* [About this task]:
Print the lines that run from the line with "#130=FACE_BOUND('',#129,.T.);" to the line with "#156=CARTESIAN_POINT('',(38.1,0.,0.));", keeping both end lines, exactly as they appear in the entries below, and nothing else.

(Stored records)
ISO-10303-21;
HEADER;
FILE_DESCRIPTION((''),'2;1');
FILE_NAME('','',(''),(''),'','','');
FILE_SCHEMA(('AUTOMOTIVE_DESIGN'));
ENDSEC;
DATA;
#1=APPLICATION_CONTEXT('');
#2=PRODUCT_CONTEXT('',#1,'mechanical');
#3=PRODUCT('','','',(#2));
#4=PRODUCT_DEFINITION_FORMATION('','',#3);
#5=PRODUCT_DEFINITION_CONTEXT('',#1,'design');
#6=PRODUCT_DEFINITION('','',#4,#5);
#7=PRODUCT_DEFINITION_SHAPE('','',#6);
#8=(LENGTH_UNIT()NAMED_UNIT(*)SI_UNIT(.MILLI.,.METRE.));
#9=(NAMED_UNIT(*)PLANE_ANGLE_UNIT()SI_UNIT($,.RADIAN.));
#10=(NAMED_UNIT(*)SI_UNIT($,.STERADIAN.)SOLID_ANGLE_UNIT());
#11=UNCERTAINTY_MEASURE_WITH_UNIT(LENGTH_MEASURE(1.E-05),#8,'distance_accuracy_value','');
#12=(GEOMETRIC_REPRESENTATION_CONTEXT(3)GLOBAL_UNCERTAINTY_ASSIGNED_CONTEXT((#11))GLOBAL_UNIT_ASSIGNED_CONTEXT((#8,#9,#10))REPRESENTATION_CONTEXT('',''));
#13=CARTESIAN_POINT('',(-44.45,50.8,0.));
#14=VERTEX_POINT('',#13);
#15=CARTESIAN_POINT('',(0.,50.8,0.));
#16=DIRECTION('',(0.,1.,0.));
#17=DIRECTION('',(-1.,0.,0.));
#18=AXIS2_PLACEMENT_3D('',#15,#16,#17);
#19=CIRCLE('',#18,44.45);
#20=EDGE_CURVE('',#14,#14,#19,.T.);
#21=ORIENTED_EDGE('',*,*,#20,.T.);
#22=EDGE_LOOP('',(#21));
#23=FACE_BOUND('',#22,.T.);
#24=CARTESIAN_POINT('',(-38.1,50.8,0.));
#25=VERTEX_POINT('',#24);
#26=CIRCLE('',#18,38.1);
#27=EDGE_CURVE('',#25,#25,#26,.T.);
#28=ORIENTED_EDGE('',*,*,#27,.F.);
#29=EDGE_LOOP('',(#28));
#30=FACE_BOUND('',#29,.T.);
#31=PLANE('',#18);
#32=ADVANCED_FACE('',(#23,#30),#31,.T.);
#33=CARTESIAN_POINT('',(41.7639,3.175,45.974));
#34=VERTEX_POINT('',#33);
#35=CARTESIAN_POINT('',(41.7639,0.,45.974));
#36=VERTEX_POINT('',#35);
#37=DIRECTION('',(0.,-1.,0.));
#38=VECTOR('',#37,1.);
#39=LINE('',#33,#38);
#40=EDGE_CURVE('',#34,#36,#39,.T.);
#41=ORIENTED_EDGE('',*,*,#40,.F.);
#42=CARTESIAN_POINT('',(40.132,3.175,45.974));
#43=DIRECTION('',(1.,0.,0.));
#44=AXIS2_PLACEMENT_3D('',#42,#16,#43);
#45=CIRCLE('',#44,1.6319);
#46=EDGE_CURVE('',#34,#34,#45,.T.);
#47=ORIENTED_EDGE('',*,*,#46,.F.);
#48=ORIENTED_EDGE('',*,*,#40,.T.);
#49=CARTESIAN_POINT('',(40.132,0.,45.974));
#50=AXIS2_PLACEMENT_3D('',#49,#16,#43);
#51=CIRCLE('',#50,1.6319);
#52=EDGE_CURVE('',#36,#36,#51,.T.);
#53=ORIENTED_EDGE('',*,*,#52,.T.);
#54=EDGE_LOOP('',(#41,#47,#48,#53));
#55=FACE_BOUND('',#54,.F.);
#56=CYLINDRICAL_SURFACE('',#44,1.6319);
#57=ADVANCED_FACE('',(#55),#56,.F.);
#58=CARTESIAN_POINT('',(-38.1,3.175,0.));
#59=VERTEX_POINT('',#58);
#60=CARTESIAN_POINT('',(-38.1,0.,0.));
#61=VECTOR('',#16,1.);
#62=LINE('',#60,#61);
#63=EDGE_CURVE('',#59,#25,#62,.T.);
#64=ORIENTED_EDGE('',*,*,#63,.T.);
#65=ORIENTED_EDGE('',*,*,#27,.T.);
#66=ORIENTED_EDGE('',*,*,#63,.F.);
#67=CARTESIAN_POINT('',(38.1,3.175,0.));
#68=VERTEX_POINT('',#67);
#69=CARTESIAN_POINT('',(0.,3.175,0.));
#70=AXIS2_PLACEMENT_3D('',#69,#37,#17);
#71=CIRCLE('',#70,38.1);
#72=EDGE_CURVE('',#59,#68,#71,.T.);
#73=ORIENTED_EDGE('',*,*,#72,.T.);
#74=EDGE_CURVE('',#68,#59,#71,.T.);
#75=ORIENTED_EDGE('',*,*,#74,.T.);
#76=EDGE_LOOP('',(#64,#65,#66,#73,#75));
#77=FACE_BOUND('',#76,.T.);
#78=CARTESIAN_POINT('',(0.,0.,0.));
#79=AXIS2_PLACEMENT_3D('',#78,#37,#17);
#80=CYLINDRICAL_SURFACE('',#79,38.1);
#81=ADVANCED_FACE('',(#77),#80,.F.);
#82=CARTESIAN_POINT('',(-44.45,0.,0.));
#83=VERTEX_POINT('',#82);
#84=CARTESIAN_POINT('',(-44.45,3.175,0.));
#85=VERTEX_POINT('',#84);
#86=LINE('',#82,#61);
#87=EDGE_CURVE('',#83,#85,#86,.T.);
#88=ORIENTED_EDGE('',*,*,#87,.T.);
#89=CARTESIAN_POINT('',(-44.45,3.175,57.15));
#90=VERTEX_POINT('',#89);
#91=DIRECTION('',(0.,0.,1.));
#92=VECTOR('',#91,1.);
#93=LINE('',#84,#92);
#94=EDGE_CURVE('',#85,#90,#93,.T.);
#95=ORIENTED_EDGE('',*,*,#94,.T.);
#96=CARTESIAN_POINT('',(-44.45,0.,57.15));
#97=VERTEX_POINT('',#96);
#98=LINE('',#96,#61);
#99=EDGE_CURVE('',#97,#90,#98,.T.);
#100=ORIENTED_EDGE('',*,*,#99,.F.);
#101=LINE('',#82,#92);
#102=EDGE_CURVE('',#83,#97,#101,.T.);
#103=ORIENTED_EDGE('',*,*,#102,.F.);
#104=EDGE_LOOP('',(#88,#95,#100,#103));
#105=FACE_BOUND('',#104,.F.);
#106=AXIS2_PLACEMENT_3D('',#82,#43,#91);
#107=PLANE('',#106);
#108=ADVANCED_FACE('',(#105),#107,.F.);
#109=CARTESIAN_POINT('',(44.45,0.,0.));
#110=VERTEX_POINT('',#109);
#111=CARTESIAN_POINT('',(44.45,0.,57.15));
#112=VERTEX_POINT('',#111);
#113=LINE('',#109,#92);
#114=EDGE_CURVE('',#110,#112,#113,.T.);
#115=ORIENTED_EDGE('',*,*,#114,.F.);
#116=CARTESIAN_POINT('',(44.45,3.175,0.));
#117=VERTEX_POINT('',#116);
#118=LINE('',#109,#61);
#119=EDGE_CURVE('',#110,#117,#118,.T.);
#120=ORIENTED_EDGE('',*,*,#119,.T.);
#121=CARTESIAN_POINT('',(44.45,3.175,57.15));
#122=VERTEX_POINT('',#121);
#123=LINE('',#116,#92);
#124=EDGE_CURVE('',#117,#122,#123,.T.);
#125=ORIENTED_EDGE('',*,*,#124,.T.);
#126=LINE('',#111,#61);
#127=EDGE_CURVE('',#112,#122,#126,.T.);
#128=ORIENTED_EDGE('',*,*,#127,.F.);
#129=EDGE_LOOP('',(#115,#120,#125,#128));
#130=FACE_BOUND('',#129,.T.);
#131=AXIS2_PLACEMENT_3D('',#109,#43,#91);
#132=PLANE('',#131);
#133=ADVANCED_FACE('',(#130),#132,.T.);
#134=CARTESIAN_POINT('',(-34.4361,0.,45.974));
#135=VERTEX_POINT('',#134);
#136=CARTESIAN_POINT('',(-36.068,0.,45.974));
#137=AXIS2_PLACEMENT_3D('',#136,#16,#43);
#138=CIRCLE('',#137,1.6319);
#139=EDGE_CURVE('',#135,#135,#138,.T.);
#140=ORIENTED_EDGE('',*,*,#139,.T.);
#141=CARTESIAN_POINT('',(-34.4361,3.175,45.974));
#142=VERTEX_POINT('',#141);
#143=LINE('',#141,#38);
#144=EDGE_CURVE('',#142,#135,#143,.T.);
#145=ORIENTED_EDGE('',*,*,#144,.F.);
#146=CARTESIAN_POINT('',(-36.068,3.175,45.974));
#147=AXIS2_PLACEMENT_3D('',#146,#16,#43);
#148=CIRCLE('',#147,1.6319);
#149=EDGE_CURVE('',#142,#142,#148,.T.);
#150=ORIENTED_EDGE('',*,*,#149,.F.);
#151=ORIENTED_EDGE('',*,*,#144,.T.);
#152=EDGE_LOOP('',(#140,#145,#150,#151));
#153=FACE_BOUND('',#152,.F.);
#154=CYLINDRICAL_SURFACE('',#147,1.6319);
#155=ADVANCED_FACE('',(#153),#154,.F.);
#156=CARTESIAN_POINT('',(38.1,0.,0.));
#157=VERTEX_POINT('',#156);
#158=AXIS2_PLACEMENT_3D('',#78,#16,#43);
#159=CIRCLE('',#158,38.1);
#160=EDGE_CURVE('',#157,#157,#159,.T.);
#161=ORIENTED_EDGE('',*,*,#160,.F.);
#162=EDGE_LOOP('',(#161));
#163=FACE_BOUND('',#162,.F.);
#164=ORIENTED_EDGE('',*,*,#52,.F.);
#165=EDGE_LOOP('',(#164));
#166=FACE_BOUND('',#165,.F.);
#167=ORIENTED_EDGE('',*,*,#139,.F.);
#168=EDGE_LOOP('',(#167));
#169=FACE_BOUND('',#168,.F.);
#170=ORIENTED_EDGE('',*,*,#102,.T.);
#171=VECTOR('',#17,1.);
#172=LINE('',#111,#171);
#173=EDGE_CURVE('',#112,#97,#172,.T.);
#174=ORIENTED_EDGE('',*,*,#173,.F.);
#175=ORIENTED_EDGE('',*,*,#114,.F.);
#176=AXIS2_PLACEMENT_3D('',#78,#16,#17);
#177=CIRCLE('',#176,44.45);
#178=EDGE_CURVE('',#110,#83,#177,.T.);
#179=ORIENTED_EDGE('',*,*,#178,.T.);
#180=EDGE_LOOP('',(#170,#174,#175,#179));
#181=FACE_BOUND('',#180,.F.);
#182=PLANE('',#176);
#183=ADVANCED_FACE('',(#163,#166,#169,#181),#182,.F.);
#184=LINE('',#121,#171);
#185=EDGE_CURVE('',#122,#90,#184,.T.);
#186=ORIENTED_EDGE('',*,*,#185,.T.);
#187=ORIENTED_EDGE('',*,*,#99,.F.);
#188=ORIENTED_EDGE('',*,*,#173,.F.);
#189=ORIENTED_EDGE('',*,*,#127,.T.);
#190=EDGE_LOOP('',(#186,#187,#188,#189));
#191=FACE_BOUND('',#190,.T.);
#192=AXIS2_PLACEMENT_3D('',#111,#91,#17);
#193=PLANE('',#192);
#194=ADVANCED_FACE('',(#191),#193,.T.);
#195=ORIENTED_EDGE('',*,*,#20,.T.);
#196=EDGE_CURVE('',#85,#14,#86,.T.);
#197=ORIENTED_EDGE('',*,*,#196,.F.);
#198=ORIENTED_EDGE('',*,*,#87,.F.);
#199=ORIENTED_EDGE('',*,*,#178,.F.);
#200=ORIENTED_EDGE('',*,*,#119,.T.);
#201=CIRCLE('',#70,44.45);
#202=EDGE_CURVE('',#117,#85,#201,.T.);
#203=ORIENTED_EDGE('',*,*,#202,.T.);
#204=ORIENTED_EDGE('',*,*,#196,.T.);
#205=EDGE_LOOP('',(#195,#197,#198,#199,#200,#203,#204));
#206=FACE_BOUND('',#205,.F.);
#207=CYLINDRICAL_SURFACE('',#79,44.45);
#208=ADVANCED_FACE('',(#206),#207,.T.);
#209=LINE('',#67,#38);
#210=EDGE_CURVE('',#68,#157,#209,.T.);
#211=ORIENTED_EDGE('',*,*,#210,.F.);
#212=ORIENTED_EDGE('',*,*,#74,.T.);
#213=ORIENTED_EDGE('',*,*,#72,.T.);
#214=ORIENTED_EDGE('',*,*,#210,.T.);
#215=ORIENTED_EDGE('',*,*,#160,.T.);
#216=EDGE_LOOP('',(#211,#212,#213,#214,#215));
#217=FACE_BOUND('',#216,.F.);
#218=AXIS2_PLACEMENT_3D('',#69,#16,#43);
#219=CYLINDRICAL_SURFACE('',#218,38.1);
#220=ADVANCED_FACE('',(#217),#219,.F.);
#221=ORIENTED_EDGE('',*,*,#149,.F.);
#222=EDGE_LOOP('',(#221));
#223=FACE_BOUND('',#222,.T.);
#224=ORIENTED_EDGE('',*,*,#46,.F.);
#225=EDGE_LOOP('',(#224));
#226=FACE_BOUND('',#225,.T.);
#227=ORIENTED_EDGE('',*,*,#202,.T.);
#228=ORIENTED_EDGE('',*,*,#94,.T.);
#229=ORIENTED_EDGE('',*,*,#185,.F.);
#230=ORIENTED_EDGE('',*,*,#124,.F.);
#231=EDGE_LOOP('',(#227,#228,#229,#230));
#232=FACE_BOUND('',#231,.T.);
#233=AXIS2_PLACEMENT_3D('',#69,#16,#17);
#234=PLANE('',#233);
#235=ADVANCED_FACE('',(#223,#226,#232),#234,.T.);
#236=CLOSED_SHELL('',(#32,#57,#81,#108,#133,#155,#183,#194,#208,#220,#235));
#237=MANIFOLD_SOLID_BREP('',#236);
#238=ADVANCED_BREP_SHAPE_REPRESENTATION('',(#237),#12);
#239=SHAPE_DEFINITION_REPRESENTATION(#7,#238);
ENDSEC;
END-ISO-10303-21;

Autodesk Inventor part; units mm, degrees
ref_plane "YZ Plane" through (0, 0, 0) normal (1, 0, 0) x (0, 1, 0)
ref_plane "XZ Plane" through (0, 0, 0) normal (0, 1, 0) x (-1, 0, 0)
ref_plane "XY Plane" through (0, 0, 0) normal (0, 0, 1) x (1, 0, 0)
sketch "Sketch1" plane through (0, 0, 0) normal (0, 1, 0) x (-1, 0, 0)
  circle A0 centre (0, 0) radius 38.1
  circle A1 centre (0, 0) radius 44.45
  dimension "d0" = 76.2
  dimension "d1" = 88.9
sketch "Sketch2" plane through (0, 0, 0) normal (0, 1, 0) x (-1, 0, 0)
  circle A0 centre (0, 0) radius 44.45 projected
  line L0 (44.45, 0) -> (44.45, 57.15)
  line L1 (-44.45, 0) -> (-44.45, 57.15)
  line L2 (-44.45, 57.15) -> (44.45, 57.15)
  dimension "d8" = 57.15
extrude "Extrusion1" add sketch "Sketch1" along normal blind 50.8
extrude "Extrusion2" add sketch "Sketch2" along normal blind 3.175
sketch "Sketch3" plane through (0, 3.175, 0) normal (0, 1, 0) x (1, 0, 0)
  circle A0 centre (0, 0) radius 38.1
extrude "Extrusion3" cut sketch "Sketch3" against normal blind 3.175
sketch "Sketch4" plane through (0, 3.175, 0) normal (0, 1, 0) x (1, 0, 0)
  circle A0 centre (-36.068, -45.974) radius 1.6319
  line L0 (-44.45, 0) -> (-44.45, -57.15) projected
  line L1 (-44.45, -57.15) -> (44.45, -57.15) projected
  circle A1 centre (40.132, -45.974) radius 1.6319
  point P0 (0, 0)
  dimension "d11" = 3.2639
  dimension "d12" = 8.382
  dimension "d13" = 11.176
  dimension "d14" = 3.2639
  dimension "d15" = 76.2
  dimension "d16" = 0
extrude "Extrusion4" cut sketch "Sketch4" against normal blind 3.175
properties part number "Battery_holder2"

* [Answer below]:
#130=FACE_BOUND('',#129,.T.);
#131=AXIS2_PLACEMENT_3D('',#109,#43,#91);
#132=PLANE('',#131);
#133=ADVANCED_FACE('',(#130),#132,.T.);
#134=CARTESIAN_POINT('',(-34.4361,0.,45.974));
#135=VERTEX_POINT('',#134);
#136=CARTESIAN_POINT('',(-36.068,0.,45.974));
#137=AXIS2_PLACEMENT_3D('',#136,#16,#43);
#138=CIRCLE('',#137,1.6319);
#139=EDGE_CURVE('',#135,#135,#138,.T.);
#140=ORIENTED_EDGE('',*,*,#139,.T.);
#141=CARTESIAN_POINT('',(-34.4361,3.175,45.974));
#142=VERTEX_POINT('',#141);
#143=LINE('',#141,#38);
#144=EDGE_CURVE('',#142,#135,#143,.T.);
#145=ORIENTED_EDGE('',*,*,#144,.F.);
#146=CARTESIAN_POINT('',(-36.068,3.175,45.974));
#147=AXIS2_PLACEMENT_3D('',#146,#16,#43);
#148=CIRCLE('',#147,1.6319);
#149=EDGE_CURVE('',#142,#142,#148,.T.);
#150=ORIENTED_EDGE('',*,*,#149,.F.);
#151=ORIENTED_EDGE('',*,*,#144,.T.);
#152=EDGE_LOOP('',(#140,#145,#150,#151));
#153=FACE_BOUND('',#152,.F.);
#154=CYLINDRICAL_SURFACE('',#147,1.6319);
#155=ADVANCED_FACE('',(#153),#154,.F.);
#156=CARTESIAN_POINT('',(38.1,0.,0.));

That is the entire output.